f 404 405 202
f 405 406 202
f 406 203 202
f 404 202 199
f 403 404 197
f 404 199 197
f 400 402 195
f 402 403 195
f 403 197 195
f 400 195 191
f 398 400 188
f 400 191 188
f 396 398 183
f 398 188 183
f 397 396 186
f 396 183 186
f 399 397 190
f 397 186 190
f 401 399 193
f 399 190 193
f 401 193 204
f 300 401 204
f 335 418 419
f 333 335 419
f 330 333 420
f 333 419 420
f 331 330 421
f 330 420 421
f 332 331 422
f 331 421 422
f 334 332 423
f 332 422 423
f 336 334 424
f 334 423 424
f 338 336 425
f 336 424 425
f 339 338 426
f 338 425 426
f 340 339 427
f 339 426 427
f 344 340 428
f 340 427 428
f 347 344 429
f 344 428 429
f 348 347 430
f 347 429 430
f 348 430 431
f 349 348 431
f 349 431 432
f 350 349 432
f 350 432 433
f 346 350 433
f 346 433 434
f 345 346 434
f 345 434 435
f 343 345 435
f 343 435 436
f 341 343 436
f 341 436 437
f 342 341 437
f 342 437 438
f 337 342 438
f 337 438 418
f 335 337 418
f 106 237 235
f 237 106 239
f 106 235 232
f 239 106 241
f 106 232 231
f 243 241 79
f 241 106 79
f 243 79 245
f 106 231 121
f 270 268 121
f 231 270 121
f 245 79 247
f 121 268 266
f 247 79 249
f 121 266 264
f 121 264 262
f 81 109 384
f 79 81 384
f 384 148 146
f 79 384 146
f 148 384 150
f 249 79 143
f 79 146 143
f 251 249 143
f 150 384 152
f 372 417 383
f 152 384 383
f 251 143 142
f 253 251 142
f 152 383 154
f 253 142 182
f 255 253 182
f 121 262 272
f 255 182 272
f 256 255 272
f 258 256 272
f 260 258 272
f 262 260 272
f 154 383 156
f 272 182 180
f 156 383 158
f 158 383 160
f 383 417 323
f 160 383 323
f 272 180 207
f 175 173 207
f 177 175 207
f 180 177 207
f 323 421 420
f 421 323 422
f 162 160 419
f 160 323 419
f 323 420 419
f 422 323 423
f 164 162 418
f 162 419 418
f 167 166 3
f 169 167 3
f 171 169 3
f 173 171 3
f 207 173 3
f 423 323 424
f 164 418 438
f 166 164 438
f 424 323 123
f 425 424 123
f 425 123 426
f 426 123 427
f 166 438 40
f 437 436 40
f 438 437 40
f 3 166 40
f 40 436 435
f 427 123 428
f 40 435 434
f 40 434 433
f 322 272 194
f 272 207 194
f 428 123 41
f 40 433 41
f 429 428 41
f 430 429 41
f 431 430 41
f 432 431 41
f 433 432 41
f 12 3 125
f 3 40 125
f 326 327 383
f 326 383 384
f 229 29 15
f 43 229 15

+ + + + +

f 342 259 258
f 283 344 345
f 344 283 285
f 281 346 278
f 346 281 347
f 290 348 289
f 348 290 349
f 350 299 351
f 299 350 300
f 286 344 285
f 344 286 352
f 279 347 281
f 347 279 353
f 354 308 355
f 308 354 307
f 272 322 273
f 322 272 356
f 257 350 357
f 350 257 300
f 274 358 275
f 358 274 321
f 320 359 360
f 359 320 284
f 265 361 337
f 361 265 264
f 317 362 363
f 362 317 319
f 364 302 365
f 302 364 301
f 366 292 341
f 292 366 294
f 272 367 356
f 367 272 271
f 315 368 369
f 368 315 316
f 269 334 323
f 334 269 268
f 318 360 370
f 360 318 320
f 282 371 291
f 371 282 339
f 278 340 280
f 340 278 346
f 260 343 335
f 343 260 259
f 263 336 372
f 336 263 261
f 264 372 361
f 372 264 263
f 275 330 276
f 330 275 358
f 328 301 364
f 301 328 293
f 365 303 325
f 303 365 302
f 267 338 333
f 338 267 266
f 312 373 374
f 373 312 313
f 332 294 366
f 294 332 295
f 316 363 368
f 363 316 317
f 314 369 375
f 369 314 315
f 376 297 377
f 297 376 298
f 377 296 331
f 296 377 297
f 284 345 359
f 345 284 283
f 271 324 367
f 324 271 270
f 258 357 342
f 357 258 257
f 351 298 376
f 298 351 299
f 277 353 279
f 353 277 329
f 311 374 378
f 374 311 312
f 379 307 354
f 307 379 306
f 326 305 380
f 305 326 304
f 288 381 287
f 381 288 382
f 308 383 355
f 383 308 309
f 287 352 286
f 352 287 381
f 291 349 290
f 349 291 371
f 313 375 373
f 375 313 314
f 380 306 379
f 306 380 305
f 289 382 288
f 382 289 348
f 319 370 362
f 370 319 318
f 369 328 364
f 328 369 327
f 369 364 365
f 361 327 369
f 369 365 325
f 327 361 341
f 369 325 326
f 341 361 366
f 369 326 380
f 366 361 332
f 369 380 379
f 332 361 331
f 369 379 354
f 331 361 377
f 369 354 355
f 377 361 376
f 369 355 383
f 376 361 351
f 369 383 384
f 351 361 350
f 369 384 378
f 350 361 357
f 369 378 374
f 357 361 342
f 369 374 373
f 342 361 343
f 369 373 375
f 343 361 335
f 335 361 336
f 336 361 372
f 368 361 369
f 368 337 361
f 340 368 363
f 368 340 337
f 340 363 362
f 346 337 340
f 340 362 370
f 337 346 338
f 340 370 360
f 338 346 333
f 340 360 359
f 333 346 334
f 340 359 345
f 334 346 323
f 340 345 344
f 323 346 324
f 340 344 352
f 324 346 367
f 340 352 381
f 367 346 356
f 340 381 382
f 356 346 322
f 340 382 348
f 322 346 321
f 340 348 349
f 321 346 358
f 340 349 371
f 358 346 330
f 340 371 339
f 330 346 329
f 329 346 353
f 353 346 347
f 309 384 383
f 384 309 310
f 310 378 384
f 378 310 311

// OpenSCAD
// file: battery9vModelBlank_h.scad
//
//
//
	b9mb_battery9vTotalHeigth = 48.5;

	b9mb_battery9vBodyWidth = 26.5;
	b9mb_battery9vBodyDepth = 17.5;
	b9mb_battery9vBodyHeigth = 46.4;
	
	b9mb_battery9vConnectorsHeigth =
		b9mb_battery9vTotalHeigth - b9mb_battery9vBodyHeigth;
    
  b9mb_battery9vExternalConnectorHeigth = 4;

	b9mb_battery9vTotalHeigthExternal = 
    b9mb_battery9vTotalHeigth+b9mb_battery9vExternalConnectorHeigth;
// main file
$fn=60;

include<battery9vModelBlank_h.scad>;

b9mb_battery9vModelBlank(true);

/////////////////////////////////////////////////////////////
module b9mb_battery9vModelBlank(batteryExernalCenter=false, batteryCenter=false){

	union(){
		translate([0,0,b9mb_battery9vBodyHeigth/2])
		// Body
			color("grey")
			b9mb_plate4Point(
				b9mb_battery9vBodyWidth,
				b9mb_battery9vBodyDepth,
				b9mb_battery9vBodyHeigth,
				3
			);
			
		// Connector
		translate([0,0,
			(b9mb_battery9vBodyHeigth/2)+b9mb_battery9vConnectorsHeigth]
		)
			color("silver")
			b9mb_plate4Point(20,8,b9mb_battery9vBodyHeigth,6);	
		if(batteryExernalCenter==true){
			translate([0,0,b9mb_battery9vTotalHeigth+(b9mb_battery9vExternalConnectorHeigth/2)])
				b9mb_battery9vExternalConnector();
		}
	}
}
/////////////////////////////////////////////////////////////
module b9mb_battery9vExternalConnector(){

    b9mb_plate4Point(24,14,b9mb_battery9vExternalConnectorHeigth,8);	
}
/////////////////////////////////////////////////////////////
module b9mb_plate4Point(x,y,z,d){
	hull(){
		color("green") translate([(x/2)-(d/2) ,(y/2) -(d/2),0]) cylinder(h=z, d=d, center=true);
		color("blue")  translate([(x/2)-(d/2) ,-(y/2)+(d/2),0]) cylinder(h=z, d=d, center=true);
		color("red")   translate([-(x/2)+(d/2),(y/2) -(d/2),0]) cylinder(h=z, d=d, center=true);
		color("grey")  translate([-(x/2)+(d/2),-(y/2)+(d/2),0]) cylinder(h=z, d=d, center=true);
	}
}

+ + + + +

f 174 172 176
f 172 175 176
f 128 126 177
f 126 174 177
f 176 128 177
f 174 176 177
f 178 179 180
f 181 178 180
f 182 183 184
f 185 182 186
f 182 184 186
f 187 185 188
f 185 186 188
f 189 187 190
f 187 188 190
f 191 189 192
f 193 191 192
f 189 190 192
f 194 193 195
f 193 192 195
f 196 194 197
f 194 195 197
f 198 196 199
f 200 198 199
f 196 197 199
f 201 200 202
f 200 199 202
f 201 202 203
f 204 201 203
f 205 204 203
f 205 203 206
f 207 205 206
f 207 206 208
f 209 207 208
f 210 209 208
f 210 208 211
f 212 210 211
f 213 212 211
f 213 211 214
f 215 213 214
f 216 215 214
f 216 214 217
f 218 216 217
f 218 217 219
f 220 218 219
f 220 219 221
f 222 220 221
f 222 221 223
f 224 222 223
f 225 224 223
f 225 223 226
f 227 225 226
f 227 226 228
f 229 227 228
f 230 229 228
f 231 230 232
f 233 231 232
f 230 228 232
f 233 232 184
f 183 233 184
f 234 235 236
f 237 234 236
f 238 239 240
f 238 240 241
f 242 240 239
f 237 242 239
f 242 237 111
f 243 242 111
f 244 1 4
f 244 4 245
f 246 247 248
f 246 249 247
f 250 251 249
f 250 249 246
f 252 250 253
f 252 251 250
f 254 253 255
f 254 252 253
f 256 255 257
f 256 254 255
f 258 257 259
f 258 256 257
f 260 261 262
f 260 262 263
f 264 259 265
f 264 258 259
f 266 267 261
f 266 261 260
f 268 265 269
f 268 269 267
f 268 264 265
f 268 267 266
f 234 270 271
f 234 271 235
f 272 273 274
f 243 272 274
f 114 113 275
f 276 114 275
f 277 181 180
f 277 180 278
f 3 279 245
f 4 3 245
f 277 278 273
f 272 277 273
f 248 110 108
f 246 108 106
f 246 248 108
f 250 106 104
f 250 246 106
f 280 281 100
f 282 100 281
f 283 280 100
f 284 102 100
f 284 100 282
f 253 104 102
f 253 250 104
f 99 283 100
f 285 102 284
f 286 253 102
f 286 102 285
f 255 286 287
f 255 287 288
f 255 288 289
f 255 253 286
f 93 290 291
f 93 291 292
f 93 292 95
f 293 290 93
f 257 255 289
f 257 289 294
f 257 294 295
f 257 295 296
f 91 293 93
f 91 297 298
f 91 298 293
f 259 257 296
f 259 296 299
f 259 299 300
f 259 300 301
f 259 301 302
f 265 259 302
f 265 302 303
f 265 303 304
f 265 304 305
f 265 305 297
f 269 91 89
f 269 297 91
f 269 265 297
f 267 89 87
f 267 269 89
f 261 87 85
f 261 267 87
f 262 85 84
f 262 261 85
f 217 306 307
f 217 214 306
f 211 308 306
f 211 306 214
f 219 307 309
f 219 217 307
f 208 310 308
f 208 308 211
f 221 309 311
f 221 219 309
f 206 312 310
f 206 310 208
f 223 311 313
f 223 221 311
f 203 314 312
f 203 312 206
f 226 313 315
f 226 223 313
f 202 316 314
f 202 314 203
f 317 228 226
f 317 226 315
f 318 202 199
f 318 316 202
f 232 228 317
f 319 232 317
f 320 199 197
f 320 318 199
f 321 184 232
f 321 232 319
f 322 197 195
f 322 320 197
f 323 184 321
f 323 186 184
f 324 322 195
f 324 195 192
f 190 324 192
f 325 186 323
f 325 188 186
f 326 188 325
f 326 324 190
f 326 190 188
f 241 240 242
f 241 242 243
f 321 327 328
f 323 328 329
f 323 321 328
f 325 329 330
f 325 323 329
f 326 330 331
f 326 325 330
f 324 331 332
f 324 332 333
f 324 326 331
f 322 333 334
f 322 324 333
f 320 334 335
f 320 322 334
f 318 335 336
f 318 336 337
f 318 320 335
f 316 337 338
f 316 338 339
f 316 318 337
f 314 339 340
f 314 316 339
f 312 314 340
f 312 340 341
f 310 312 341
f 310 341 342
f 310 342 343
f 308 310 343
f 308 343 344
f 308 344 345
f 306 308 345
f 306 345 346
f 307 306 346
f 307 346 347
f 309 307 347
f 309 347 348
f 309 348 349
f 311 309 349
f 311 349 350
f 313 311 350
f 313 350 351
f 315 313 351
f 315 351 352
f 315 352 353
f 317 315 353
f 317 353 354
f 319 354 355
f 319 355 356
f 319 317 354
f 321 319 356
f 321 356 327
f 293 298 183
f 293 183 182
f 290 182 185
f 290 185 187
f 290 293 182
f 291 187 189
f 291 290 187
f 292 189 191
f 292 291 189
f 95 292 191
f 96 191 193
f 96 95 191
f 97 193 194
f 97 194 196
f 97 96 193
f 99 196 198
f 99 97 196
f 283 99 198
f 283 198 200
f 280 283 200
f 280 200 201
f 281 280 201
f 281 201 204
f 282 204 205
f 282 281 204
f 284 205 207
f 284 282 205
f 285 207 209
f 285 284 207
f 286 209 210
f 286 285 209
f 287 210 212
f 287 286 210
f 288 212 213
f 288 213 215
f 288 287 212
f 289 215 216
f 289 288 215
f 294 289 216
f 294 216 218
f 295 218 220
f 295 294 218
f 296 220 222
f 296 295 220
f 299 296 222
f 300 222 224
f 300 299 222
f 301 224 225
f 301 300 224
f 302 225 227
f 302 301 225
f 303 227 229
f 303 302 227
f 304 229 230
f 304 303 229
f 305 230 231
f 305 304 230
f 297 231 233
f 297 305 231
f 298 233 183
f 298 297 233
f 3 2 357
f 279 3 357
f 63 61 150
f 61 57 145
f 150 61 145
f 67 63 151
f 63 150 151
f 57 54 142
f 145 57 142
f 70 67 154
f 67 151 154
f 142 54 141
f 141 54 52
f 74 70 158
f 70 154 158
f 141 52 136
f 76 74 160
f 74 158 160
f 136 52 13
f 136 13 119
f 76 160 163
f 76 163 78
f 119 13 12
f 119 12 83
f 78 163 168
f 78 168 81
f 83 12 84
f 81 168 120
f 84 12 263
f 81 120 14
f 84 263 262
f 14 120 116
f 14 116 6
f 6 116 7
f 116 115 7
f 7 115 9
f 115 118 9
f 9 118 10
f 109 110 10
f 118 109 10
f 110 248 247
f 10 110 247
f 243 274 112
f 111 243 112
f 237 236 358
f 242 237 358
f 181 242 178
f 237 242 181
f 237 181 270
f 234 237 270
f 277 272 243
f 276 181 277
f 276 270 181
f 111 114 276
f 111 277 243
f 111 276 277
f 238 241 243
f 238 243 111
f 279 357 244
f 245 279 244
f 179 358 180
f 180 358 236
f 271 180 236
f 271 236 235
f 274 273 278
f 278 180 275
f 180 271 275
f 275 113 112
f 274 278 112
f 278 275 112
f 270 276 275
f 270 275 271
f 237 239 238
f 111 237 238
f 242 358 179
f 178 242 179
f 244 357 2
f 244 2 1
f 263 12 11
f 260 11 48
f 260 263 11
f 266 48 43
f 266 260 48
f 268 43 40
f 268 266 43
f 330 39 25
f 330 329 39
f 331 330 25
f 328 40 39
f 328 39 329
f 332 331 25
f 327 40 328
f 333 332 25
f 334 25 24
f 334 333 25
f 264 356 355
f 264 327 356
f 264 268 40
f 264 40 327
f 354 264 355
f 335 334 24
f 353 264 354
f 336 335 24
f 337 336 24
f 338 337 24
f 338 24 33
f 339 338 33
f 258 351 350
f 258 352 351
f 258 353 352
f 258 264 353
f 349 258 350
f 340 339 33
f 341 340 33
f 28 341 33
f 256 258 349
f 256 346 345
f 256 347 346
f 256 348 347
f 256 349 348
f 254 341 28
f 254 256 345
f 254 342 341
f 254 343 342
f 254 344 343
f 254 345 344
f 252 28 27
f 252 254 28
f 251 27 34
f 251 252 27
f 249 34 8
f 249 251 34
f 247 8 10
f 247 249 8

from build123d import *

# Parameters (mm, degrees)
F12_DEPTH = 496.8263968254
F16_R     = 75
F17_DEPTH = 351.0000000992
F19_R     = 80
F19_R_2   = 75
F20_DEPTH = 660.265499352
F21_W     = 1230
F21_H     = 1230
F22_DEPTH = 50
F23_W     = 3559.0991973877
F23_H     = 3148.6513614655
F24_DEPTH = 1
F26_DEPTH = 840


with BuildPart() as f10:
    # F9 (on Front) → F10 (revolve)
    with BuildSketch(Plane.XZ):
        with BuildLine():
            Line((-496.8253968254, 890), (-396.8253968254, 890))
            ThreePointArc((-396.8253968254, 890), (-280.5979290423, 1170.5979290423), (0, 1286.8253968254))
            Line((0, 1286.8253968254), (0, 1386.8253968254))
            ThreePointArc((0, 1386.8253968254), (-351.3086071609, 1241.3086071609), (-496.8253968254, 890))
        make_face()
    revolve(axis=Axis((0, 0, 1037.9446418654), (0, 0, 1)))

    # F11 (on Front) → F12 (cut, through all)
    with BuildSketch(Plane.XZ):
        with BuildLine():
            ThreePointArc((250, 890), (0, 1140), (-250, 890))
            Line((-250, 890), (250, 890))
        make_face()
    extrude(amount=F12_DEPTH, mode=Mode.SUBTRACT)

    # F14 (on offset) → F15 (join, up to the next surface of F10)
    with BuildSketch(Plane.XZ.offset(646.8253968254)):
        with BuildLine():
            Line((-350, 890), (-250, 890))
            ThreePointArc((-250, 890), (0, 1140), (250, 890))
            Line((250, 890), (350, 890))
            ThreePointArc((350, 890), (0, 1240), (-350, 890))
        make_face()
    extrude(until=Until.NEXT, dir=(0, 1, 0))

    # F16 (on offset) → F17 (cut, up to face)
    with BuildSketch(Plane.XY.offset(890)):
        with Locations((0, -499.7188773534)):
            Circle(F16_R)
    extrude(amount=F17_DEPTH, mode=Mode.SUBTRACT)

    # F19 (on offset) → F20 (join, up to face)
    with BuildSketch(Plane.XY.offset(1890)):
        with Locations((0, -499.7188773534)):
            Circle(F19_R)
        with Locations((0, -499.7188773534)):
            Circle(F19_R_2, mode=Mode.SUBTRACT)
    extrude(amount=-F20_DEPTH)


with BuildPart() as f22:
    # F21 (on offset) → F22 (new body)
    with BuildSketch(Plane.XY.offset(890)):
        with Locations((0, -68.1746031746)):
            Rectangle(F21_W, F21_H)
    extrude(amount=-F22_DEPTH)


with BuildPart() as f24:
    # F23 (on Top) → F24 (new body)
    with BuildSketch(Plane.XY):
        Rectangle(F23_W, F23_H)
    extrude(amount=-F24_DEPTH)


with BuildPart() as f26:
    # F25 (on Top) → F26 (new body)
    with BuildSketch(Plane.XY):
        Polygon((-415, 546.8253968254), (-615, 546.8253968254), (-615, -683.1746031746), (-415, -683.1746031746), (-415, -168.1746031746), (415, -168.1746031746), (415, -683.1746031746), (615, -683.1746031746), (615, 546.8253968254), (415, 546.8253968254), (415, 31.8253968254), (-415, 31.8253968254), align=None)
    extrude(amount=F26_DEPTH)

+ + + + +

Please tally how many lines in the listing above contain the word "extrude", and answer with the figure alone.

▶ _TASK SOLUTION_
7